- [MATERIAL TO PROCESS]
↓↓↓

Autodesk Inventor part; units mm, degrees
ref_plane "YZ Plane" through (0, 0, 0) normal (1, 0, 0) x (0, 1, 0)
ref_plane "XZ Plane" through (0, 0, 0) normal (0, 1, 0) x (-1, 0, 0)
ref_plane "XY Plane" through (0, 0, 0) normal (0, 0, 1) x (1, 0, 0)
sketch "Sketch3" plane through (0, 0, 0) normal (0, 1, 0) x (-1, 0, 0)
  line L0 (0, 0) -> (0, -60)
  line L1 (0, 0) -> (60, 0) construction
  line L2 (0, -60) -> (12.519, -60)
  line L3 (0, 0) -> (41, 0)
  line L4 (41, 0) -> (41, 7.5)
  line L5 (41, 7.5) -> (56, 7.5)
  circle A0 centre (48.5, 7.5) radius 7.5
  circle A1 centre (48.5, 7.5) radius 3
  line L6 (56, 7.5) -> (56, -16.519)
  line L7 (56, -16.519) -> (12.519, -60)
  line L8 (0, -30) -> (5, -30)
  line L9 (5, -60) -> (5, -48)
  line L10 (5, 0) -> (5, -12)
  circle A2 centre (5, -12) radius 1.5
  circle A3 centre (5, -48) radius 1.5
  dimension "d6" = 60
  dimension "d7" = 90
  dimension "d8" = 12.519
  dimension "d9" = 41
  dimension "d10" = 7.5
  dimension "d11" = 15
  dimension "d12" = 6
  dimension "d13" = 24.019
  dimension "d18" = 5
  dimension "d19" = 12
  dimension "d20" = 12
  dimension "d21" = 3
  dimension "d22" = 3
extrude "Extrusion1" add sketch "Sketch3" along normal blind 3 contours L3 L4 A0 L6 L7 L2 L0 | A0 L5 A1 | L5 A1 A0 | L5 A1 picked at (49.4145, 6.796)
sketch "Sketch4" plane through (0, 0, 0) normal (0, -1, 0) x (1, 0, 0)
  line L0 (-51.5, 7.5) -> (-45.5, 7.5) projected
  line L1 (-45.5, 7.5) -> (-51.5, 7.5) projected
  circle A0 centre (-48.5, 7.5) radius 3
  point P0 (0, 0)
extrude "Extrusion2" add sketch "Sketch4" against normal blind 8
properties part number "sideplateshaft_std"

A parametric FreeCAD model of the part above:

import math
import FreeCAD as App
import Part
import Sketcher
Q = App.Units.Quantity

doc = App.newDocument("Part")
body = doc.addObject("PartDesign::Body", "Body")

# Sketch on XZ plane
sketch1 = doc.addObject("Sketcher::SketchObject", "Sketch")
body.addObject(sketch1)
sketch1.AttachmentSupport = (doc.XZ_Plane, [""])
sketch1.MapMode = "FlatFace"
sketch1.addGeometry([
    Part.LineSegment(App.Vector(-5, 0, 0), App.Vector(0, 0, 0)),  # 0
    Part.LineSegment(App.Vector(0, 0, 0), App.Vector(0, -60, 0)),  # 1
    Part.LineSegment(App.Vector(0, -60, 0), App.Vector(-5, -60, 0)),  # 2
    Part.LineSegment(App.Vector(-5, -60, 0), App.Vector(-12.519, -60, 0)),  # 3
    Part.LineSegment(App.Vector(-12.519, -60, 0), App.Vector(-56, -16.519, 0)),  # 4
    Part.LineSegment(App.Vector(-56, -16.519, 0), App.Vector(-56, 7.5, 0)),  # 5
    Part.ArcOfCircle(Part.Circle(App.Vector(-48.5, 7.5, 0), App.Vector(0, 0, 1), 7.5), math.radians(0), math.radians(180)),  # 6
    Part.LineSegment(App.Vector(-41, 7.5, 0), App.Vector(-41, 0, 0)),  # 7
    Part.LineSegment(App.Vector(-41, 0, 0), App.Vector(-5, 0, 0)),  # 8
    Part.Circle(App.Vector(-5, -48, 0), App.Vector(0, 0, 1), 1.5),  # 9
    Part.Circle(App.Vector(-5, -12, 0), App.Vector(0, 0, 1), 1.5),  # 10
    Part.ArcOfCircle(Part.Circle(App.Vector(-48.5, 7.5, 0), App.Vector(0, 0, 1), 3), math.radians(0), math.radians(180)),  # 11
    Part.LineSegment(App.Vector(-51.5, 7.5, 0), App.Vector(-45.5, 7.5, 0)),  # 12
], False)
sketch1.addConstraint([
    Sketcher.Constraint("Coincident", 0, 2, 1, 1),
    Sketcher.Constraint("Coincident", 1, 2, 2, 1),
    Sketcher.Constraint("Coincident", 2, 2, 3, 1),
    Sketcher.Constraint("Coincident", 3, 2, 4, 1),
    Sketcher.Constraint("Coincident", 4, 2, 5, 1),
    Sketcher.Constraint("Tangent", 5, 2, 6, 2),
    Sketcher.Constraint("Tangent", 6, 1, 7, 1),
    Sketcher.Constraint("Coincident", 7, 2, 8, 1),
    Sketcher.Constraint("Coincident", 8, 2, 0, 1),
    Sketcher.Constraint("Coincident", 11, 1, 12, 2),
    Sketcher.Constraint("Coincident", 12, 1, 11, 2),
    Sketcher.Constraint("Horizontal", 0),
    Sketcher.Constraint("Vertical", 1),
    Sketcher.Constraint("Horizontal", 2),
    Sketcher.Constraint("Horizontal", 3),
    Sketcher.Constraint("Vertical", 5),
    Sketcher.Constraint("Vertical", 7),
    Sketcher.Constraint("Horizontal", 8),
    Sketcher.Constraint("Horizontal", 12),
    Sketcher.Constraint("Coincident", 0, 2, -1, 1),
    Sketcher.Constraint("Coincident", 11, 3, 6, 3),
    Sketcher.Constraint("Equal", 9, 10),
    Sketcher.Constraint("Horizontal", 6, 1, 11, 1),
    Sketcher.Constraint("Vertical", 9, 3, 10, 3),
    Sketcher.Constraint("Vertical", 10, 3, 2, 2),
    Sketcher.Constraint("Vertical", 2, 2, 8, 2),
    Sketcher.Constraint("Diameter", 9, 3.0),
    Sketcher.Constraint("Radius", 11, 3.0),
    Sketcher.Constraint("Radius", 6, 7.5),
    Sketcher.Constraint("DistanceX", 0, 1, 0, 2, 5.0),
    Sketcher.Constraint("DistanceY", 1, 2, 1, 1, 60.0),
    Sketcher.Constraint("DistanceY", 7, 2, 7, 1, 7.5),
    Sketcher.Constraint("DistanceY", 10, 3, -1, 1, 12.0),
    Sketcher.Constraint("DistanceX", 6, 1, -1, 1, 41.0),
    Sketcher.Constraint("DistanceY", 1, 2, 9, 3, 12.0),
    Sketcher.Constraint("DistanceY", 5, 1, 5, 2, 24.019),
    Sketcher.Constraint("Angle", 4, Q("135 deg")),
])
pad1 = doc.addObject("PartDesign::Pad", "Pad")
body.addObject(pad1)
pad1.Profile = sketch1
pad1.Length = 3
pad1.Reversed = True

# Sketch on XZ plane
sketch2 = doc.addObject("Sketcher::SketchObject", "Sketch001")
body.addObject(sketch2)
sketch2.AttachmentSupport = (doc.XZ_Plane, [""])
sketch2.MapMode = "FlatFace"
sketch2.addGeometry(Part.Circle(App.Vector(-48.5, 7.5, 0), App.Vector(0, 0, 1), 3), False)
sketch2.addConstraint([
    Sketcher.Constraint("Diameter", 0, 6.0),
    Sketcher.Constraint("DistanceX", 0, 3, -1, 1, 48.5),
    Sketcher.Constraint("DistanceY", -1, 1, 0, 3, 7.5),
])
pad2 = doc.addObject("PartDesign::Pad", "Pad001")
body.addObject(pad2)
pad2.Profile = sketch2
pad2.Length = 8
pad2.Reversed = True

doc.recompute()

↑↑↑

- [WORK INSTRUCTIONS] Everything above from the line containing "line L0 (-51.5, 7.5)" down to the line containing "A parametric FreeCAD" should be copied exactly, both end lines included, and nothing else.

- [OUTPUT FOR THIS EXERCISE]
  line L0 (-51.5, 7.5) -> (-45.5, 7.5) projected
  line L1 (-45.5, 7.5) -> (-51.5, 7.5) projected
  circle A0 centre (-48.5, 7.5) radius 3
  point P0 (0, 0)
extrude "Extrusion2" add sketch "Sketch4" against normal blind 8
properties part number "sideplateshaft_std"

A parametric FreeCAD model of the part above:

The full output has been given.